The first Schubert I ever bought was a record of Karl Munchinger conducting the 4th and 5th symphonies. I don't have much Schubert apart from that and maybe about 6 or 7 CDs, but I do like Schubert very much. 

I have never heard anything by Ablinger so I look forward to hearing new music!


----------



## Albert7 (Nov 16, 2014)

For Schubert, I really am enjoying some lieder as sung by Ian Bostridge and some piano works as played by Maria Joao Pires.

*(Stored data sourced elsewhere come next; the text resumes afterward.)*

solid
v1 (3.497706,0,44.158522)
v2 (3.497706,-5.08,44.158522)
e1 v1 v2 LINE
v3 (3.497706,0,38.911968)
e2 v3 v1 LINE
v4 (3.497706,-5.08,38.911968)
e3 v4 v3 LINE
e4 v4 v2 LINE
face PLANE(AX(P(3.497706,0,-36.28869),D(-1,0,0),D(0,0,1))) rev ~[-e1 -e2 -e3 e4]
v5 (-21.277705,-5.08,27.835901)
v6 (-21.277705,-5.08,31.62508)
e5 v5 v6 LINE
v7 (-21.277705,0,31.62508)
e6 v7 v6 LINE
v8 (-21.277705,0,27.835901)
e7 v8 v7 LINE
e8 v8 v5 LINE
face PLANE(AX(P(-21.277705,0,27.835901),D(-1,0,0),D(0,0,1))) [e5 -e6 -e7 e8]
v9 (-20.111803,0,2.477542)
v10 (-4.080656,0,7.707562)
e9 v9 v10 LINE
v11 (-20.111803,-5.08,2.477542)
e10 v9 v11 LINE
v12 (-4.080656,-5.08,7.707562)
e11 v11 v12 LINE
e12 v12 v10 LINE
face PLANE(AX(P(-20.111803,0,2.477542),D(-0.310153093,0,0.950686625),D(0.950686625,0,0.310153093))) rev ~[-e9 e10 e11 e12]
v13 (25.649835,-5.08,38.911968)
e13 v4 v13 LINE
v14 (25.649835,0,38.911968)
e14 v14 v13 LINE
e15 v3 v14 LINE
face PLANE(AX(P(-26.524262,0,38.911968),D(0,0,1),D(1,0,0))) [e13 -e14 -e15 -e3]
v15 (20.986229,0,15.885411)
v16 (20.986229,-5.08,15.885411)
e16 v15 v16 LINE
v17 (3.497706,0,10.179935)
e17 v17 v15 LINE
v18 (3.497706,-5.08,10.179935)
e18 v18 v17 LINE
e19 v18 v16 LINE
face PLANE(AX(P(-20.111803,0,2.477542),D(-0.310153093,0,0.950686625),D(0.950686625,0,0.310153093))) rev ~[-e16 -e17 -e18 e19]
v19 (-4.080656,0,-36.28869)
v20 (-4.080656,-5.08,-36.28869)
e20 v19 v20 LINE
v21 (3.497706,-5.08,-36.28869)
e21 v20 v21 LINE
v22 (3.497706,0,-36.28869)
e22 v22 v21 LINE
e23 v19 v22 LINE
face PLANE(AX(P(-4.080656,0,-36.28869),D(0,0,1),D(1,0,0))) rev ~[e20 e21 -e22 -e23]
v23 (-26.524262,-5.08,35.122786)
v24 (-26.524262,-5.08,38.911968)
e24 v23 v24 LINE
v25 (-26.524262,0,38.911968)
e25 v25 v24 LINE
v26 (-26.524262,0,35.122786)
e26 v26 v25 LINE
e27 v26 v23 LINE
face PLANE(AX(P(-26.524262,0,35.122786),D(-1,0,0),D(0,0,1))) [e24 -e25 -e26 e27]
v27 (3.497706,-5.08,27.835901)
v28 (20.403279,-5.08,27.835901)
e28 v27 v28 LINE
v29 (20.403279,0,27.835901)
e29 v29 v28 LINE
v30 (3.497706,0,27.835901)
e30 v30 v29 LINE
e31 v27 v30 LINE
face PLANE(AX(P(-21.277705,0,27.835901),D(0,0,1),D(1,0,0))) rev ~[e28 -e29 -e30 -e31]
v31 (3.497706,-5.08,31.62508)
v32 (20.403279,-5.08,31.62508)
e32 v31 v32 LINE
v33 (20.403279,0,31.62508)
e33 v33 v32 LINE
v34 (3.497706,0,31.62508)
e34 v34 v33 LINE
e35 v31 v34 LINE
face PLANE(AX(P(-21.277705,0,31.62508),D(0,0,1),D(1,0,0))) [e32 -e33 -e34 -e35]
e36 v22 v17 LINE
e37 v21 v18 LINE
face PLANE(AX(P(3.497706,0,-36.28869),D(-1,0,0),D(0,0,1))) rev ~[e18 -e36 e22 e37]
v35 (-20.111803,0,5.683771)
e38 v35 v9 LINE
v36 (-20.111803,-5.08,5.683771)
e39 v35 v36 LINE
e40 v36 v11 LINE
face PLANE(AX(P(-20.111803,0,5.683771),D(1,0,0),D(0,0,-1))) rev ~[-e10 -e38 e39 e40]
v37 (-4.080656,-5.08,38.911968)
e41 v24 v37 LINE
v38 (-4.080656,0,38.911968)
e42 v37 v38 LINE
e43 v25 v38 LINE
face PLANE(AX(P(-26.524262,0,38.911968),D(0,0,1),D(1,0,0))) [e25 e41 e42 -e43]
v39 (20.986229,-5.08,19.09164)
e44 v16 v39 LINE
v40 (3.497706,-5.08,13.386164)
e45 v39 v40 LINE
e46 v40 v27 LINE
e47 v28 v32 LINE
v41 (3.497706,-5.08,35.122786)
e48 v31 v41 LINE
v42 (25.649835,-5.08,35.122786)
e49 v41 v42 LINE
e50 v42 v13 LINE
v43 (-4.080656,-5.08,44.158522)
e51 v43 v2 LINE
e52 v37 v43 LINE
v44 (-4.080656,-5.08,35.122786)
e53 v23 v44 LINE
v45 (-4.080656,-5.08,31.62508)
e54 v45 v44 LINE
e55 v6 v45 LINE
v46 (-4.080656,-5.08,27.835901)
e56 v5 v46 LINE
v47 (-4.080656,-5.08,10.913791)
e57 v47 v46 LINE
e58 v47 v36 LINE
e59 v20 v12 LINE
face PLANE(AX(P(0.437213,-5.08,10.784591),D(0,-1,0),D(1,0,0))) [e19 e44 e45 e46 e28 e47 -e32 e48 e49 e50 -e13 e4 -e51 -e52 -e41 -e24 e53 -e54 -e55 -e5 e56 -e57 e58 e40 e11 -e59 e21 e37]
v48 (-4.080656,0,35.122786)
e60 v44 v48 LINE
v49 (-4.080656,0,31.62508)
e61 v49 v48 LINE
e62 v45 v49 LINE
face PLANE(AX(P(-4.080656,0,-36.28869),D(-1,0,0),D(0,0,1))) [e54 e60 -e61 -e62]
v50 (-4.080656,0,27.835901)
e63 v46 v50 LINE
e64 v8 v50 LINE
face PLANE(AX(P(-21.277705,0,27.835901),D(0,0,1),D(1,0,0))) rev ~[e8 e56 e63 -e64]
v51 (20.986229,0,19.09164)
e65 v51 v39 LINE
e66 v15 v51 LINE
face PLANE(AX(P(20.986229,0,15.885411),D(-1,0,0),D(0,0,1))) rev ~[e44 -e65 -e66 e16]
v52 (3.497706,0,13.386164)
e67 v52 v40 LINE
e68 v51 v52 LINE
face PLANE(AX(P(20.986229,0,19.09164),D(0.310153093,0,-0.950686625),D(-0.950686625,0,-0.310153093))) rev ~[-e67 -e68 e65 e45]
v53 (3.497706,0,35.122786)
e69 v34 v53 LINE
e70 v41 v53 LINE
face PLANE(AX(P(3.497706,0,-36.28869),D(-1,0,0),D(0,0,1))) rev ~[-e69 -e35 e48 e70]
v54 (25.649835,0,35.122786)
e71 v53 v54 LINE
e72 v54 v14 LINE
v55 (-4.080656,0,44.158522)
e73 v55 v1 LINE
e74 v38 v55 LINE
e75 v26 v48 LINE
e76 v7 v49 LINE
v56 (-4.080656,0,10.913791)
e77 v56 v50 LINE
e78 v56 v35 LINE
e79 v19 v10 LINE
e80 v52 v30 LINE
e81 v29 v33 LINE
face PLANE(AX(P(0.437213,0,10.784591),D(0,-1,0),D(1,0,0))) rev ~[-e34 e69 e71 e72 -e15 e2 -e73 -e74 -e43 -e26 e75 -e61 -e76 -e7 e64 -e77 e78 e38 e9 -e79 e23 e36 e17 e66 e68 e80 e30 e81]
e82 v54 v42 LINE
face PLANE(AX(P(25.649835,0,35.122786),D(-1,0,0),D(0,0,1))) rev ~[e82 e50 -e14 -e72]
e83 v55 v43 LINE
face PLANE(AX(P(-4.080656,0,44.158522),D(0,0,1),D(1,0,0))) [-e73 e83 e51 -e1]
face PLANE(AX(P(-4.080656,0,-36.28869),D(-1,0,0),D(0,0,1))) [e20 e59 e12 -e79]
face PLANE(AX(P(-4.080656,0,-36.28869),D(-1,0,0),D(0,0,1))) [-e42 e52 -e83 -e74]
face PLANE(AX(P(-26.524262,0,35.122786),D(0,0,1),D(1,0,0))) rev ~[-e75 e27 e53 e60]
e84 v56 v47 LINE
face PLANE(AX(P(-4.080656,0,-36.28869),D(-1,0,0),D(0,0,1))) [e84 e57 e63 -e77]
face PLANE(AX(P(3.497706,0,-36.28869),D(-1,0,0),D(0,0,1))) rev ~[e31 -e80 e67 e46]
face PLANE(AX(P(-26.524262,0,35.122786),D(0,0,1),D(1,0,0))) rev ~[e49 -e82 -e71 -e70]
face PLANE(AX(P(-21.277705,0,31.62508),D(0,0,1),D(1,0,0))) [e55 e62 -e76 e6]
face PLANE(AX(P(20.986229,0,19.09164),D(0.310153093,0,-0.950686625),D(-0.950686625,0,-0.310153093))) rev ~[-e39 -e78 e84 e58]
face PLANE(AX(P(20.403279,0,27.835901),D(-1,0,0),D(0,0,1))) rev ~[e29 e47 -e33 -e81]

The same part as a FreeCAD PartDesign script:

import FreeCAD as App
import Part
import Sketcher
from FreeCAD import Vector
Q = App.Units.Quantity

doc = App.newDocument("Part")
body = doc.addObject("PartDesign::Body", "Body")

sketch1 = body.newObject("Sketcher::SketchObject", "Sketch")
sketch1.AttachmentSupport = (doc.getObject("XZ_Plane"), [""])
sketch1.MapMode = "FlatFace"
sketch1.addGeometry([
    Part.LineSegment(Vector(-4, 44, 0), Vector(-4, -36, 0)),
    Part.LineSegment(Vector(-4, -36, 0), Vector(3, -36, 0)),
    Part.LineSegment(Vector(3, -36, 0), Vector(3, 44, 0)),
    Part.LineSegment(Vector(3, 44, 0), Vector(-4, 44, 0)),
], False)
sketch1.addConstraint([
    Sketcher.Constraint("Coincident", 0, 2, 1, 1),
    Sketcher.Constraint("Coincident", 1, 2, 2, 1),
    Sketcher.Constraint("Coincident", 2, 2, 3, 1),
    Sketcher.Constraint("Coincident", 3, 2, 0, 1),
    Sketcher.Constraint("Vertical", 0),
    Sketcher.Constraint("Horizontal", 1),
    Sketcher.Constraint("Vertical", 2),
    Sketcher.Constraint("Horizontal", 3),
    Sketcher.Constraint("DistanceX", 1, 1, 1, 2, 7.578362),
    Sketcher.Constraint("DistanceY", 0, 2, 0, 1, 80.447212),
    Sketcher.Constraint("DistanceY", 0, 2, -1, 1, 36.28869),
    Sketcher.Constraint("DistanceX", 0, 2, -1, 1, 4.080656),
])
pad1 = body.newObject("PartDesign::Pad", "Pad")
pad1.Profile = sketch1
pad1.Length = Q("0.2 in")

sketch2 = body.newObject("Sketcher::SketchObject", "Sketch001")
sketch2.AttachmentSupport = (doc.getObject("XZ_Plane"), [""])
sketch2.MapMode = "FlatFace"
sketch2.addGeometry([
    Part.LineSegment(Vector(-26.5, 38.9, 0), Vector(-26.5, 35.1, 0)),
    Part.LineSegment(Vector(-26.5, 35.1, 0), Vector(25.6, 35.1, 0)),
    Part.LineSegment(Vector(25.6, 35.1, 0), Vector(25.6, 38.9, 0)),
    Part.LineSegment(Vector(25.6, 38.9, 0), Vector(-26.5, 38.9, 0)),
    Part.LineSegment(Vector(-21.3, 31.6, 0), Vector(-21.3, 27.8, 0)),
    Part.LineSegment(Vector(-21.3, 27.8, 0), Vector(20.4, 27.8, 0)),
    Part.LineSegment(Vector(20.4, 27.8, 0), Vector(20.4, 31.6, 0)),
    Part.LineSegment(Vector(20.4, 31.6, 0), Vector(-21.3, 31.6, 0)),
], False)
sketch2.addConstraint([
    Sketcher.Constraint("Coincident", 0, 2, 1, 1),
    Sketcher.Constraint("Coincident", 1, 2, 2, 1),
    Sketcher.Constraint("Coincident", 2, 2, 3, 1),
    Sketcher.Constraint("Coincident", 3, 2, 0, 1),
    Sketcher.Constraint("Coincident", 4, 2, 5, 1),
    Sketcher.Constraint("Coincident", 5, 2, 6, 1),
    Sketcher.Constraint("Coincident", 6, 2, 7, 1),
    Sketcher.Constraint("Coincident", 7, 2, 4, 1),
    Sketcher.Constraint("Vertical", 0),
    Sketcher.Constraint("Horizontal", 1),
    Sketcher.Constraint("Vertical", 2),
    Sketcher.Constraint("Horizontal", 3),
    Sketcher.Constraint("Vertical", 4),
    Sketcher.Constraint("Horizontal", 5),
    Sketcher.Constraint("Vertical", 6),
    Sketcher.Constraint("Horizontal", 7),
    Sketcher.Constraint("DistanceY", 4, 2, 4, 1, 3.789179),
    Sketcher.Constraint("DistanceY", -1, 1, 4, 2, 27.835901),
    Sketcher.Constraint("DistanceX", 1, 1, 1, 2, 52.174097),
    Sketcher.Constraint("DistanceX", 5, 1, 5, 2, 41.680984),
    Sketcher.Constraint("DistanceY", 0, 2, 0, 1, 3.789182),
    Sketcher.Constraint("DistanceY", -1, 1, 2, 2, 38.911968),
    Sketcher.Constraint("DistanceX", -1, 1, 5, 2, 20.403279),
    Sketcher.Constraint("DistanceX", 4, 2, 1, 2, 46.92754),
])
pad2 = body.newObject("PartDesign::Pad", "Pad001")
pad2.Profile = sketch2
pad2.Length = Q("0.2 in")

sketch3 = body.newObject("Sketcher::SketchObject", "Sketch002")
sketch3.AttachmentSupport = (doc.getObject("XZ_Plane"), [""])
sketch3.MapMode = "FlatFace"
sketch3.addGeometry([
    Part.LineSegment(Vector(-26.5, 38.9, 0), Vector(-26.5, 35.1, 0)),
    Part.LineSegment(Vector(-26.5, 35.1, 0), Vector(25.6, 35.1, 0)),
    Part.LineSegment(Vector(25.6, 35.1, 0), Vector(25.6, 38.9, 0)),
    Part.LineSegment(Vector(25.6, 38.9, 0), Vector(-26.5, 38.9, 0)),
    Part.LineSegment(Vector(-21.3, 31.6, 0), Vector(-21.3, 27.8, 0)),
    Part.LineSegment(Vector(-21.3, 27.8, 0), Vector(20.4, 27.8, 0)),
    Part.LineSegment(Vector(20.4, 27.8, 0), Vector(20.4, 31.6, 0)),
    Part.LineSegment(Vector(20.4, 31.6, 0), Vector(-21.3, 31.6, 0)),
], False)
sketch3.addConstraint([
    Sketcher.Constraint("Coincident", 0, 2, 1, 1),
    Sketcher.Constraint("Coincident", 1, 2, 2, 1),
    Sketcher.Constraint("Coincident", 2, 2, 3, 1),
    Sketcher.Constraint("Coincident", 3, 2, 0, 1),
    Sketcher.Constraint("Coincident", 4, 2, 5, 1),
    Sketcher.Constraint("Coincident", 5, 2, 6, 1),
    Sketcher.Constraint("Coincident", 6, 2, 7, 1),
    Sketcher.Constraint("Coincident", 7, 2, 4, 1),
    Sketcher.Constraint("Vertical", 0),
    Sketcher.Constraint("Horizontal", 1),
    Sketcher.Constraint("Vertical", 2),
    Sketcher.Constraint("Horizontal", 3),
    Sketcher.Constraint("Vertical", 4),
    Sketcher.Constraint("Horizontal", 5),
    Sketcher.Constraint("Vertical", 6),
    Sketcher.Constraint("Horizontal", 7),
    Sketcher.Constraint("DistanceY", 4, 2, 4, 1, 3.789179),
    Sketcher.Constraint("DistanceY", -1, 1, 4, 2, 27.835901),
    Sketcher.Constraint("DistanceX", 1, 1, 1, 2, 52.174097),
    Sketcher.Constraint("DistanceX", 5, 1, 5, 2, 41.680984),
    Sketcher.Constraint("DistanceY", 0, 2, 0, 1, 3.789182),
    Sketcher.Constraint("DistanceY", -1, 1, 2, 2, 38.911968),
    Sketcher.Constraint("DistanceX", -1, 1, 5, 2, 20.403279),
    Sketcher.Constraint("DistanceX", 4, 2, 1, 2, 46.92754),
])
pad3 = body.newObject("PartDesign::Pad", "Pad002")
pad3.Profile = sketch3
pad3.Length = Q("0.2 in")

I really dream of owning the complete lieder box set (21 discs) as sung by Fischer-Dieskau released by DG.


----------



## SimonNZ (Jul 12, 2012)

albertfallickwang said:


> I really dream of owning the *complete lieder box set* (21 discs) as sung by Fischer-Dieskau released by DG.
> 
> View attachment 58851


Complete for male voice - 37 discs in the Hyperion edition.


----------



## Albert7 (Nov 16, 2014)

SimonNZ said:


> Complete for male voice - 37 discs in the Hyperion edition.


I would assume in that case Schubert composed some non-lieder for male voice(s)? Either that or the DG version is incomplete?


----------



## StlukesguildOhio (Dec 25, 2006)

Still more essentials of Schubert recordings.


----------



## SimonNZ (Jul 12, 2012)

albertfallickwang said:


> I would assume in that case Schubert composed some non-lieder for male voice(s)? Either that or the DG version is incomplete?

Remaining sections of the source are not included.